Welcome to Day 5 of Well’s Mediterranean Diet Week. If you're just joining us, catch up from the beginning here.
The Mediterranean diet stands apart from other diets; it's more of an eating style than a rigid plan, involving fewer sacrifices associated with healthy eating. Unlike some diets, it boasts a relatively higher fat content, with recommendations ranging from 30 to 40 percent, compared to federal health officials suggesting 20 to 35 percent of daily calories from fat.
Despite the higher fat content, clinical trials have shown that individuals adhering to the Mediterranean diet experience lower blood pressure and cholesterol levels, reducing the risk of cardiovascular disease compared to those on a low-fat diet. The key lies in the emphasis on heart-healthy fats from sources like olive oil, fish, whole grains, nuts, and seeds, and a reduction in saturated fats found in butter, red meats, and processed meats.
Olive oil, a cornerstone of the Mediterranean diet, is rich in heart-healthy monounsaturated fats with antioxidant and anti-inflammatory properties. A 2022 study spanning 28 years and over 90,000 U.S. adults revealed that those consuming at least half a tablespoon of olive oil daily had a significantly lower risk of death from cancer, cardiovascular, neurodegenerative, or respiratory diseases.
Fish, especially fatty varieties like salmon, tuna, anchovies, and sardines, is another essential component. These fish are abundant in omega-3 fatty acids, known to improve blood cholesterol levels, reduce inflammation, and lower blood pressure. The Mediterranean diet typically recommends a minimum of two servings of fish per week.

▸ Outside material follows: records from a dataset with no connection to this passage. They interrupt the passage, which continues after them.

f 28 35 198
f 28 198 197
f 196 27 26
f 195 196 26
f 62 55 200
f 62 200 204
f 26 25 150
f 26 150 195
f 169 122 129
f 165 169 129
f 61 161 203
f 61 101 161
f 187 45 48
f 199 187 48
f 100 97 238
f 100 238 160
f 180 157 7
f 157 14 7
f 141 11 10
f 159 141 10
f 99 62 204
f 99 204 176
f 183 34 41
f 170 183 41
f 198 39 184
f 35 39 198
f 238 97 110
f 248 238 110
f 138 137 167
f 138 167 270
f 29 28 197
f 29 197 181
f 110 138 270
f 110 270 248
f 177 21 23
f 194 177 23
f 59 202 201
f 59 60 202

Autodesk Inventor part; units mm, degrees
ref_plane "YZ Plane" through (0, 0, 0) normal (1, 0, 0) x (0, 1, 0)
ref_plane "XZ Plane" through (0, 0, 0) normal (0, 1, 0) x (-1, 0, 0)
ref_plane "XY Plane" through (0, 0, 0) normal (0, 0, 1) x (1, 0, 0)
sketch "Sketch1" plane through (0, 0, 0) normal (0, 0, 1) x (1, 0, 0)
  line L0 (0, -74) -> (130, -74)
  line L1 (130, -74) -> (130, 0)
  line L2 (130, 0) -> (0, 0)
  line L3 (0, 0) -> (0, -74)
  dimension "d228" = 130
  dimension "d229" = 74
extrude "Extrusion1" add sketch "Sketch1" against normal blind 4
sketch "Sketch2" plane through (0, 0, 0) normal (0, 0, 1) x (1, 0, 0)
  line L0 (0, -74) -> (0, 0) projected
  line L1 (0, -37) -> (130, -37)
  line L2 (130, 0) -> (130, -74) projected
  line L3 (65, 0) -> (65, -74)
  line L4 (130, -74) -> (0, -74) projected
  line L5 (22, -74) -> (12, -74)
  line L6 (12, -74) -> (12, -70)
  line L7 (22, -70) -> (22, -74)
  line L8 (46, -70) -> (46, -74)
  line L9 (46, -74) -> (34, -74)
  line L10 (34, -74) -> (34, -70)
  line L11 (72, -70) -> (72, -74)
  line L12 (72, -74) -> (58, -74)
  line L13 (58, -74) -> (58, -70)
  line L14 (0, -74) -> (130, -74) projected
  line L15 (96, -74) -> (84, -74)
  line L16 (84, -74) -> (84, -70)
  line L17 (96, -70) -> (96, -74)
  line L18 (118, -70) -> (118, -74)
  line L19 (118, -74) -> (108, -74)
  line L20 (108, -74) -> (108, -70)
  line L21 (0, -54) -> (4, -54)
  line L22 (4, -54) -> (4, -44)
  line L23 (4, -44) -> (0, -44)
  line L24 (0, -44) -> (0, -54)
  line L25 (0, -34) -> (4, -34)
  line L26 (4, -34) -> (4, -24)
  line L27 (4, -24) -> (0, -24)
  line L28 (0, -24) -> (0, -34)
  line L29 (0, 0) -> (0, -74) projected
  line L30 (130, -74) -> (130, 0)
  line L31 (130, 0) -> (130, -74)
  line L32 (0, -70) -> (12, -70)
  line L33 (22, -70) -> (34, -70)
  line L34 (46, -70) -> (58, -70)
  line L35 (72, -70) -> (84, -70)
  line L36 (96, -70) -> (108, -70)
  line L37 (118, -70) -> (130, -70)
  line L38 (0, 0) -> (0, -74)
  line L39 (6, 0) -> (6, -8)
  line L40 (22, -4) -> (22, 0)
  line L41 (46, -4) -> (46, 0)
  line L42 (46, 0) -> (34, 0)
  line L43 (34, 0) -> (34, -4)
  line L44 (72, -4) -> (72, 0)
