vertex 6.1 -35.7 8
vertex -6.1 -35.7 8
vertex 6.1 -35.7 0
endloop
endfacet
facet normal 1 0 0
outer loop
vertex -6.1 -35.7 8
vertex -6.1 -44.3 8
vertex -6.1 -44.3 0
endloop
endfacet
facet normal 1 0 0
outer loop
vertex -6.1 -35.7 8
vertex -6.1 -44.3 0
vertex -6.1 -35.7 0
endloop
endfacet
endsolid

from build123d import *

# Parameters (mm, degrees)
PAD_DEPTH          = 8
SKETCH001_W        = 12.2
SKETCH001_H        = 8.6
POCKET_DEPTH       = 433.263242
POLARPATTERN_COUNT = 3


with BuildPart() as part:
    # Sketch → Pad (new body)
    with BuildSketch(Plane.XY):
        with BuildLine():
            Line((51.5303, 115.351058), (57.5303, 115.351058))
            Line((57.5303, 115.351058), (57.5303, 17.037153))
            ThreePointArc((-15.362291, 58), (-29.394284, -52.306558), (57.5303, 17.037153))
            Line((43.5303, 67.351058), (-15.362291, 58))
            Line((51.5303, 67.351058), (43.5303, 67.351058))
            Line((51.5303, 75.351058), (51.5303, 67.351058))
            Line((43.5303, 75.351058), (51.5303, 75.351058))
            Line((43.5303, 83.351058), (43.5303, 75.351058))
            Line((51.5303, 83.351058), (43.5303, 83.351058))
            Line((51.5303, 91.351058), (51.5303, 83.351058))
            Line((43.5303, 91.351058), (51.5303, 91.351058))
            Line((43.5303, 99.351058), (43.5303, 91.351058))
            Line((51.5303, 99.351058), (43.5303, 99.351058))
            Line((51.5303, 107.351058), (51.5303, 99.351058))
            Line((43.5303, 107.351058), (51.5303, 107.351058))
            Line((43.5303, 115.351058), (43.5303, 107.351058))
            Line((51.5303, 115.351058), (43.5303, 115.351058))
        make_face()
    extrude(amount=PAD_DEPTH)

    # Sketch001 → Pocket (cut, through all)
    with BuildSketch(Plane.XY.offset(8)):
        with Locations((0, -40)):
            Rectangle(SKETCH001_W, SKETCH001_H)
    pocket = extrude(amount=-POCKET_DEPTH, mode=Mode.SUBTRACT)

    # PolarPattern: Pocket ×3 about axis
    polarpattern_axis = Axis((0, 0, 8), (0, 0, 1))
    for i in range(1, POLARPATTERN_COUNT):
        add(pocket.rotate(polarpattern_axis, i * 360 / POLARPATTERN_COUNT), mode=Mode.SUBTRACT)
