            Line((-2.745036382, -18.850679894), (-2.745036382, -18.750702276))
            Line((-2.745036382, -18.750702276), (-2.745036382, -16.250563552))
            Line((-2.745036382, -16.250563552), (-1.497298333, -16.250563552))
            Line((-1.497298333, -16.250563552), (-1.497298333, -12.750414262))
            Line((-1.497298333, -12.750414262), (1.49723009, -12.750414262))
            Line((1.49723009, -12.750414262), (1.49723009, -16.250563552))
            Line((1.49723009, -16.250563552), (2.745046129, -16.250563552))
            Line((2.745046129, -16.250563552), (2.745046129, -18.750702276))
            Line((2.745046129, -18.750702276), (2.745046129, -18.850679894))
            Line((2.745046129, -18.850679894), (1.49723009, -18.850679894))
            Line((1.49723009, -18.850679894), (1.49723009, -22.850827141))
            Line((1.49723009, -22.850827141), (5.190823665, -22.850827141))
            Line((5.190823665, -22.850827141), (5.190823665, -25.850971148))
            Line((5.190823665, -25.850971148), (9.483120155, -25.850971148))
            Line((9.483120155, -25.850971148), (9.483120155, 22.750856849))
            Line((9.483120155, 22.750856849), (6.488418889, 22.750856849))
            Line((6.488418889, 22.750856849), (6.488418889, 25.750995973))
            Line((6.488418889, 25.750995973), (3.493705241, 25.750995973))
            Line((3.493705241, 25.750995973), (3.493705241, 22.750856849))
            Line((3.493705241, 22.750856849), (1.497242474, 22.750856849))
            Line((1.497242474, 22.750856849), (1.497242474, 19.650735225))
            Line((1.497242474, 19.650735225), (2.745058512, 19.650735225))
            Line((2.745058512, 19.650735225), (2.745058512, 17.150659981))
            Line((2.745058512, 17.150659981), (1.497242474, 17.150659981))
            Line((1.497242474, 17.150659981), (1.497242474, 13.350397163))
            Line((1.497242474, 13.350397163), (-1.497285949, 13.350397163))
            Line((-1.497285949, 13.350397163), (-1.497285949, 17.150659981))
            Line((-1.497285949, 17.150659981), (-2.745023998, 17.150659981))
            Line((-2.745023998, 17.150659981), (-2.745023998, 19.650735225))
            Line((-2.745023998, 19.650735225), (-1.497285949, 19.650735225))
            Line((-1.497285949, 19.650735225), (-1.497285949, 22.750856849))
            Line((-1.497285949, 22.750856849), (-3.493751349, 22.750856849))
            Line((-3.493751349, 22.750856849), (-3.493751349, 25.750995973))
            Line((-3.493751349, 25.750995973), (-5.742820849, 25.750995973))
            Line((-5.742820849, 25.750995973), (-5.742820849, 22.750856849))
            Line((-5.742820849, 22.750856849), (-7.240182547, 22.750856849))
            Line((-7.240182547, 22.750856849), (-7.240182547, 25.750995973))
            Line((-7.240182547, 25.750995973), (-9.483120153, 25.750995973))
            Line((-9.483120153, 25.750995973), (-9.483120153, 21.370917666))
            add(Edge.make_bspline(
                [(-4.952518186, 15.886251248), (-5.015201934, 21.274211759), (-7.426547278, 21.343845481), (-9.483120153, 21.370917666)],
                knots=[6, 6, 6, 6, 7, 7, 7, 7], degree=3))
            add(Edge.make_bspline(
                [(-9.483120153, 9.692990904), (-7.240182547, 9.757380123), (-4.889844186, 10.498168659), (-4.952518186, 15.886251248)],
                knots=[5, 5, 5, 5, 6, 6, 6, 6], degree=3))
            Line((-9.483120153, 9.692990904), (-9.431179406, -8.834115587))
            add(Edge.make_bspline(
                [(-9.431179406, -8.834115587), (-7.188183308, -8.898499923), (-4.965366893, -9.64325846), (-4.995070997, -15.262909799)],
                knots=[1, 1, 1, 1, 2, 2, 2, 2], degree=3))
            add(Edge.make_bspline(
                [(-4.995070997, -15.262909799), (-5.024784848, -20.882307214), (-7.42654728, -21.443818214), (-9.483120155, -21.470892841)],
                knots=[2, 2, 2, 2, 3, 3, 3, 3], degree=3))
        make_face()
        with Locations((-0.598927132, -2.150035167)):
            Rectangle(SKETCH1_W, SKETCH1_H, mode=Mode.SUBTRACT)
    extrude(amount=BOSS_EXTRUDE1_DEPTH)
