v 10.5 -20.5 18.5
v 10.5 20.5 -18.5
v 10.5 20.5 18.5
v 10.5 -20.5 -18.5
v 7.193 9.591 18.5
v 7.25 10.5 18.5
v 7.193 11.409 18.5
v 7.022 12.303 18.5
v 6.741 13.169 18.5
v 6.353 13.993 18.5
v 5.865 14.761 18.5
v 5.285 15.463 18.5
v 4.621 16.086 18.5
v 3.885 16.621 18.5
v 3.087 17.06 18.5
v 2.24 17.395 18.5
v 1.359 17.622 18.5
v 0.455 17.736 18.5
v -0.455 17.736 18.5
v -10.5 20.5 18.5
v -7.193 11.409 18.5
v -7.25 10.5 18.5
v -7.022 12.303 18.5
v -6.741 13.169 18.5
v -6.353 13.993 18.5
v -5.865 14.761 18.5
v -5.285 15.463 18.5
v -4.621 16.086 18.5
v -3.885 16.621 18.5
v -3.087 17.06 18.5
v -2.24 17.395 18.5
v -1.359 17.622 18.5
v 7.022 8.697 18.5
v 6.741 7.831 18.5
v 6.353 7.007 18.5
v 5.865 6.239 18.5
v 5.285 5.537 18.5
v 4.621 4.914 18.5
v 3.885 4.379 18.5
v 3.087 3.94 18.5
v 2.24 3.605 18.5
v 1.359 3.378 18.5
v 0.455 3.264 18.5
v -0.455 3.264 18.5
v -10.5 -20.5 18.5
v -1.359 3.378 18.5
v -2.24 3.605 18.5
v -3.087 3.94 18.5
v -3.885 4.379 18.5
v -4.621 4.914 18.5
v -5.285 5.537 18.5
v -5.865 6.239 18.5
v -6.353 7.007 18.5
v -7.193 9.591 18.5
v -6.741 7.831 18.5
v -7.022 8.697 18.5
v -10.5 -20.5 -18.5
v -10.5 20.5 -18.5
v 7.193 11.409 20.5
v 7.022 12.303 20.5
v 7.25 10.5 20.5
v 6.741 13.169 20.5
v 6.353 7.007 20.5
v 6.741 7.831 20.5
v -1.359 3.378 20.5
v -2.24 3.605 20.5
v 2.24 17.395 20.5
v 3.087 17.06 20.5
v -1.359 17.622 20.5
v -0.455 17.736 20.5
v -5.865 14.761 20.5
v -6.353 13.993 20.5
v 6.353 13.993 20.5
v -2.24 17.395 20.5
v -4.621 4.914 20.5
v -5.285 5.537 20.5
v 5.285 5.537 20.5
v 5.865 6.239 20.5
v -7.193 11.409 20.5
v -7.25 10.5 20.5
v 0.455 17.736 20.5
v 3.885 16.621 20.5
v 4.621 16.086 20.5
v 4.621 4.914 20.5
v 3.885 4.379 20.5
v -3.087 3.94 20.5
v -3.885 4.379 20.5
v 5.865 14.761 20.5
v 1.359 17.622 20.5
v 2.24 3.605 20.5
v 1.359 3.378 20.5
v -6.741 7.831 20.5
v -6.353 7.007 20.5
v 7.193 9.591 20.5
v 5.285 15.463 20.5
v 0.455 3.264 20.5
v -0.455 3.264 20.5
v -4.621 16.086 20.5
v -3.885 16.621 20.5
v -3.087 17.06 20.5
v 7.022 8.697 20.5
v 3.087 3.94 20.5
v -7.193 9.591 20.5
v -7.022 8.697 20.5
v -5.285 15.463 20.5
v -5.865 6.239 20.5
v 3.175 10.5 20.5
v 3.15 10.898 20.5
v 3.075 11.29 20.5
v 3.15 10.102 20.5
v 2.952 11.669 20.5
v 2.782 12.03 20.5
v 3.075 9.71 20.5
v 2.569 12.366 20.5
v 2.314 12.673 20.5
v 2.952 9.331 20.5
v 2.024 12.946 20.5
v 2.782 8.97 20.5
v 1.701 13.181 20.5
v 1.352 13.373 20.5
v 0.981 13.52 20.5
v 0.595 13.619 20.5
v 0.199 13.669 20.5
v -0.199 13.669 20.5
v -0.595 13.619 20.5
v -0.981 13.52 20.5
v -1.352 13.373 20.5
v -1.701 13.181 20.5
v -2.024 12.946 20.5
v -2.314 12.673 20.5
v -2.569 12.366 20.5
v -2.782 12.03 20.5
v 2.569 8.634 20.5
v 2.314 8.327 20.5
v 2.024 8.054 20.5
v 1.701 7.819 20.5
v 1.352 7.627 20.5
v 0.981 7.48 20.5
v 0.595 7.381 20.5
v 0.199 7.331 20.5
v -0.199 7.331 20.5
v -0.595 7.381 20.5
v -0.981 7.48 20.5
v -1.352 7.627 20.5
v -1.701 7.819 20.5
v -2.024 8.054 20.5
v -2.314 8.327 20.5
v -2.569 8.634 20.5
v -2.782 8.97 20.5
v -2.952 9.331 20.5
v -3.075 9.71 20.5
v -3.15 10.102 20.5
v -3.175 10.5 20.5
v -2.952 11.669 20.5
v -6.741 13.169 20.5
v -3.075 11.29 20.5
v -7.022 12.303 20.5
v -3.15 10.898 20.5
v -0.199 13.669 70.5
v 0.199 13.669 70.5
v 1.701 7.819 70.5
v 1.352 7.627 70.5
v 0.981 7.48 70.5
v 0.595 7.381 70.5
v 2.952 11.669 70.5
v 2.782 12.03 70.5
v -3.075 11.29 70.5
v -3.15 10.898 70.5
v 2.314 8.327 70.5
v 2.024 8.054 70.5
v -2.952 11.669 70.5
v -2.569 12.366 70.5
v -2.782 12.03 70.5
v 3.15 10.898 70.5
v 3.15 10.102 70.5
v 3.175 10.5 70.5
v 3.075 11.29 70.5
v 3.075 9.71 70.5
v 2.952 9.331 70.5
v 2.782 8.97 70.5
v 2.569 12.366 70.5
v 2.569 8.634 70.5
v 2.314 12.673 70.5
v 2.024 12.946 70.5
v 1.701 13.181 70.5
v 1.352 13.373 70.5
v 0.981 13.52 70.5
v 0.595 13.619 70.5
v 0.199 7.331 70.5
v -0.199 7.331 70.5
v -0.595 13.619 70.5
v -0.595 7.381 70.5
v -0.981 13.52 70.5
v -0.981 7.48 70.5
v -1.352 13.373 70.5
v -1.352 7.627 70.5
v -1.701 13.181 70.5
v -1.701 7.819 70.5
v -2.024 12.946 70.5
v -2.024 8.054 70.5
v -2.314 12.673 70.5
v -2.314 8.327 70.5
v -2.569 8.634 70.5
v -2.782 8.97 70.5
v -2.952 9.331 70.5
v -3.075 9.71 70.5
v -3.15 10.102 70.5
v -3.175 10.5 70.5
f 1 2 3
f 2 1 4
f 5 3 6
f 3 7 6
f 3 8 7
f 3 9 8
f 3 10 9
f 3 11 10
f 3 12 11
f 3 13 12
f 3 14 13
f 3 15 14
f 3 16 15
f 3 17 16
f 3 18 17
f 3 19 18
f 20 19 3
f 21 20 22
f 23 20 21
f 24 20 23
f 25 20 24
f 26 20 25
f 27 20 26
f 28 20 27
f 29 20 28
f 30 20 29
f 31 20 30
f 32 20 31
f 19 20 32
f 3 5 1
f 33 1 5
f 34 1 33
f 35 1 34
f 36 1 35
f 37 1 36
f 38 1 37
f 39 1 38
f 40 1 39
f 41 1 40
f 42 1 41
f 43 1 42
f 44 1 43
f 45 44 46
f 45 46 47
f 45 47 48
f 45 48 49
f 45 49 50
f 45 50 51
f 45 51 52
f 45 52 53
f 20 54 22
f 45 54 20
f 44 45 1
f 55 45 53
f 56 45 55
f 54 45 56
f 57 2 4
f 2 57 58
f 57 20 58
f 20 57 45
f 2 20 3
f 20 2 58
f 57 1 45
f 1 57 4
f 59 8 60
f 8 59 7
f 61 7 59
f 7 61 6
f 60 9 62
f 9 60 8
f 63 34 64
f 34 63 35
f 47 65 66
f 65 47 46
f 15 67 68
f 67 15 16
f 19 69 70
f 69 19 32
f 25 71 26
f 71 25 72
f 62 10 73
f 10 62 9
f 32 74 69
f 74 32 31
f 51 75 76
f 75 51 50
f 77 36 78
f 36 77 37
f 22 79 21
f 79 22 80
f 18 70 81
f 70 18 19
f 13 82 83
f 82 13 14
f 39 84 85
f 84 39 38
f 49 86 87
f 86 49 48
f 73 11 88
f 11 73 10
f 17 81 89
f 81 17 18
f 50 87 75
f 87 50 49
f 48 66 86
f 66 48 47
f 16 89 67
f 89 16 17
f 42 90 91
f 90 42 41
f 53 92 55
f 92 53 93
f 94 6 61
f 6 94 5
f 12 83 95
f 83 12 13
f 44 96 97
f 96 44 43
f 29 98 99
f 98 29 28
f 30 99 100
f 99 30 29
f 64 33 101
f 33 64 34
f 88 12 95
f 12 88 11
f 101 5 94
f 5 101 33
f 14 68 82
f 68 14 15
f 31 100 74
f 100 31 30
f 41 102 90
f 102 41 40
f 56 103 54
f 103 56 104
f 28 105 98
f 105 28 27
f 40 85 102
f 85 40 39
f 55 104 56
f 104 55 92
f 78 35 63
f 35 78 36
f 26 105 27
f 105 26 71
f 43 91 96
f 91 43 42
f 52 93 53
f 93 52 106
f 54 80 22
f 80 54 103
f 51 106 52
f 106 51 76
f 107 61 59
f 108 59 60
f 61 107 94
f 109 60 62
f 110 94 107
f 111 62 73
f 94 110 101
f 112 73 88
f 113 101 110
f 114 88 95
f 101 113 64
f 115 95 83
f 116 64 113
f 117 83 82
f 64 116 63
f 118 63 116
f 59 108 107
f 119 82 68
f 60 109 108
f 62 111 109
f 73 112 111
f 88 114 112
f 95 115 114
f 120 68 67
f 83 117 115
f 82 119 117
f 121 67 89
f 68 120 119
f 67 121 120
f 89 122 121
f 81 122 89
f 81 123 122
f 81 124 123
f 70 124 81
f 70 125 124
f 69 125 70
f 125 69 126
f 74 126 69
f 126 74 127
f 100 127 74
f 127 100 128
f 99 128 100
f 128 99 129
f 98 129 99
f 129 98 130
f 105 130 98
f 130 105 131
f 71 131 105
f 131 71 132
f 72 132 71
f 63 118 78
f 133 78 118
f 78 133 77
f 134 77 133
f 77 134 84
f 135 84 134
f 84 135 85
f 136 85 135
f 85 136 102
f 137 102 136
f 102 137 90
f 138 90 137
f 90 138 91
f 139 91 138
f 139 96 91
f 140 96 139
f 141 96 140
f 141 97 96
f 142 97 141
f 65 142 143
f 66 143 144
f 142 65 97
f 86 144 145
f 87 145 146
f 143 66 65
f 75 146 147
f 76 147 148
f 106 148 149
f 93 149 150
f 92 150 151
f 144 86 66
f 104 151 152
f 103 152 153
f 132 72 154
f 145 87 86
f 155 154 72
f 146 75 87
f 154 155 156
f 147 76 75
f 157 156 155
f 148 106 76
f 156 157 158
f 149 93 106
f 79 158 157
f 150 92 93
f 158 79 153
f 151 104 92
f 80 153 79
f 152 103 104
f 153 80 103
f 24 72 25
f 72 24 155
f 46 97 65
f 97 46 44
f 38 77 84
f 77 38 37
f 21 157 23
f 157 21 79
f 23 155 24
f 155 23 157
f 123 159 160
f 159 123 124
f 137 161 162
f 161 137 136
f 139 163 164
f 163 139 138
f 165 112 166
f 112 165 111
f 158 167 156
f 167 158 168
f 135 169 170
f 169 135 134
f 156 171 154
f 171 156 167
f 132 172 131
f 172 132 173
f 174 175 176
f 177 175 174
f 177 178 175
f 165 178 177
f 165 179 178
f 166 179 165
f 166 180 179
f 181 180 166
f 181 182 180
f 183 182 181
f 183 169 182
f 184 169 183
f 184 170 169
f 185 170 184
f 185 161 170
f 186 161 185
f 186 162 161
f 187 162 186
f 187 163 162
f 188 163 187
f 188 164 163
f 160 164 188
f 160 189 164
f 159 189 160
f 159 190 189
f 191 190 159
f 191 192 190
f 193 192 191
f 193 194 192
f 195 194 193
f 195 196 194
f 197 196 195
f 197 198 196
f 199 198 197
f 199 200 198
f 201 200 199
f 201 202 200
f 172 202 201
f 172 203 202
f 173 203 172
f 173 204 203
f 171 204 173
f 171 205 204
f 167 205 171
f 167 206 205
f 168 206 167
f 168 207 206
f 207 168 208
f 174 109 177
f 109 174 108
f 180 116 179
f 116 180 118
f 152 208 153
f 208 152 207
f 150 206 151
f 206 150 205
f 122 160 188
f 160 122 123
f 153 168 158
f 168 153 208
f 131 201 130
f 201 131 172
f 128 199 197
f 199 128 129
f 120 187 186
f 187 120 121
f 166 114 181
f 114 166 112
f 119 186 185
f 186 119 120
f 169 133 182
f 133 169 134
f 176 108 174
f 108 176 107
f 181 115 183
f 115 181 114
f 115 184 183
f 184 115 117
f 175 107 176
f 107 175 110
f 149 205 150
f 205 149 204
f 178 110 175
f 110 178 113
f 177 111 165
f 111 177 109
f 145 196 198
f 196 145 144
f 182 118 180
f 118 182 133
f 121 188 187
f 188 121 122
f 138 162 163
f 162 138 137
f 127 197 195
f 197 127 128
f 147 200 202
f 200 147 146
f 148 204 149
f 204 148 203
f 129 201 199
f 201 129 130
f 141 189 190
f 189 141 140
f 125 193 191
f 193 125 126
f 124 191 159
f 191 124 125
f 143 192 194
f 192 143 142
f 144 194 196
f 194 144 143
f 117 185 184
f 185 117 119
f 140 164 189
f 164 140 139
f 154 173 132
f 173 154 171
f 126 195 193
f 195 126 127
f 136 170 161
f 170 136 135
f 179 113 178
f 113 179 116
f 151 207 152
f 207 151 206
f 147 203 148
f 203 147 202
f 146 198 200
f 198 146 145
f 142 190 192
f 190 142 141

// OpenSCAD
// file: calcs.scad
include <inputs.scad>

// CALCS (everything ends up in [mm])
robot_height = robot_height_in*cu-height_edge*cu*2; // height of the robot
robot_width = robot_width_in*cu-side_edge*cu*2; // width of the robot

base_bottom = base_clearance*cu; // height of the bottom of the base
base_top = base_bottom + base_thickness; // height of the top of the base

storage_size = storage_width*cu; // inside depth of storage area
storage_height = robot_height-base_top; // height of storage container
wire_hole = wire_hole_in*cu; // diameter of hole for wires under storage area

dump_height = dump_height_in*cu; // height that platform edge will raise to dump

shaft_width = robot_width - 2*storage_size - 2*thickness; // inside width of elevator shaft


cut_size = (robot_height-dump_height-base_top)/2+tol; // size of vertical cut for sliding together

shift = shaft_width/2 + thickness/2; // how much the pieces need to be shifted to be put together


wheel_opening_width = wheel_d; // width of opening for wheels on sub base
wheel_opening_depth = wheel_w + wheel_opening_depth_tol; // width of opening for wheels on sub base

drive_height = max(mount_motor_hole_offset,wheel_d/2) + max(mount_motor_hole_offset-mount_motor_hole_offset,wheel_d/2); // height of wheel, motor, and mount

sbase_top_height = drive_height + sbase_thickness; // height of the top of the sub base


false_bottom_height = false_bottom_height_in*cu; // height of false bottom in front

false_opening_height = false_opening_height_in*cu; // height of hole for false bottom


cut_height = base_bottom + false_opening_height - base_thickness; // height at which cuts will meet

bottom_cut_height = cut_height - base_top + tol; // height of bottom cut

top_cut_height = robot_height - dump_height - cut_height + tol; // height of top cut

el_step_height = el_step_height_in*cu; // height of steppers for elevator

// Checking
if (shaft_width < storage_size)
{
    echo("<b>THE STORAGE AREAS WILL BE TOO NARROW!!!!!!!!!!!!!!!!!!!!!!!!!!");
    echo("THIS IS A PROBLEM!!!!!!!!!!!!!!!!!!!!!!!!!!");
    echo("Width: ", shaft_width/cu, "[in]");
}
else
{
    echo("<b>Storage width will be:", shaft_width/cu, "[in]</b>");
}

echo("<b>Corner Size:", (robot_width-shaft_width-2*thickness)/2/cu, "[in]</b>");

// error check for sbase and base
if (sbase_top_height >= base_bottom)
{
    echo("<b>SUB BASE TOO TALL!!!!!!!!!!!!!!!!!!!!!!!!!!</b>");
}
else
{
    echo("<b>Spacer height should be:", (base_bottom - sbase_top_height)/cu, "[in]</b>");
}


echo(shaft_width/cu);
echo(storage_size/cu);
// file: inputs.scad
$fn = 50;
cu = 25.4; // inch -> mm

// INPUTS
thickness = 2; // thickness of the acrylic [mm]
base_thickness = 5; // thickness of the base acrylic [mm]

side_edge = 0.25; // clearance for each side of the robot [in]
height_edge = 0.1; // clearance for top and bottom of the robot [in]

robot_height_in = 11; // overall height of the robot [in]
robot_width_in = 9; // overall width of the robot [in]

base_clearance = 2.65; // clearance of the base to ground [in]

storage_width = 2.65; // inside width of storage container [in]

block_width = 5; // width of jigsaw block [mm]

dump_height_in = 1.75; // height that platform edge will raise to dump [in]

tol = 0.001; // number used to fix rounding? [mm]


sbase_thickness = 0; // thickness of the sub base [mm]

wheel_opening_depth_tol = 5; // extra space for wheel depth [mm]

hole_dist_opposing = 33.98; // distance between middles of opposing mounting holes [mm]

hole_dist_adjacent = 6.36; // distance between middles of adjacent mounting holes [mm]

hole_diameter = 3.26; // diameter of mounting holes [mm]

hole_in_spacing = 5; // distance from edge to middle of first mount holes [mm]


servo_length = 41; // lenght of servo [mm]

servo_width = 21; // width of servo [mm]

servo_depth = 37; // height of servo to top plate [mm]

servo_mount_length = 7; // length of servo hole mount (one side) [mm]

servo_wire_clear_length = 12; // length wires protrude from side [mm]

servo_circle_d = 14.5; // diameter of circular protrusion around spline [mm]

While olive oil and fish take center stage, whole grains, nuts, seeds, olives, and even avocados contribute to the diet's array of healthy fats. Below, we offer tips on incorporating these foods into your meals, along with selected recipes from NYT Cooking.
**What to keep on hand:**
- Extra-virgin olive oil
- Avocados
- Canned (or tinned) fish like tuna, salmon, anchovies, and sardines
- Fresh or frozen fish like salmon, tuna, mackerel, and cod
**How to cook with healthy fats:**
For each day of our Mediterranean diet series, we've chosen recipes that showcase the highlighted ingredients. While not a daily meal plan, consider these ideas as inspiration to incorporate more of these healthful foods into your week.
**Breakfast:**
Kick off your day with avocado toast on whole-grain bread drizzled with olive oil. Enhance it with optional garnishes like fresh herbs, pickled red onions, and pumpkin or sesame seeds for a flavorful twist.
**Lunch:**
Try a classic tuna salad sandwich for a quick and budget-friendly option. For a more intense flavor, experiment with a sardine salad on a whole-wheat bagel, over greens, or between slices of whole-grain toast. Anchovies also add a punch to salad dressing, as seen in a vibrant radicchio-anchovy salad.
**Dinner:**
Opt for Alison Roman’s slow-roasted citrus salmon with herb salad (ready in 35 minutes) or Mark Bittman’s grilled tuna with herbs and olives (ready in 20). Don't forget about tinned and jarred fish; Sohla El-Waylly’s sardine pasta puttanesca is a delicious way to incorporate anchovies and tinned sardines.
**Dessert:**
Explore baking with olive oil in desserts, like Samantha Seneviratne’s elegant lemon-scented olive oil cake. A slice of this moist delight, perhaps topped with fresh fruit, is the perfect way to wrap up a week of wholesome eating.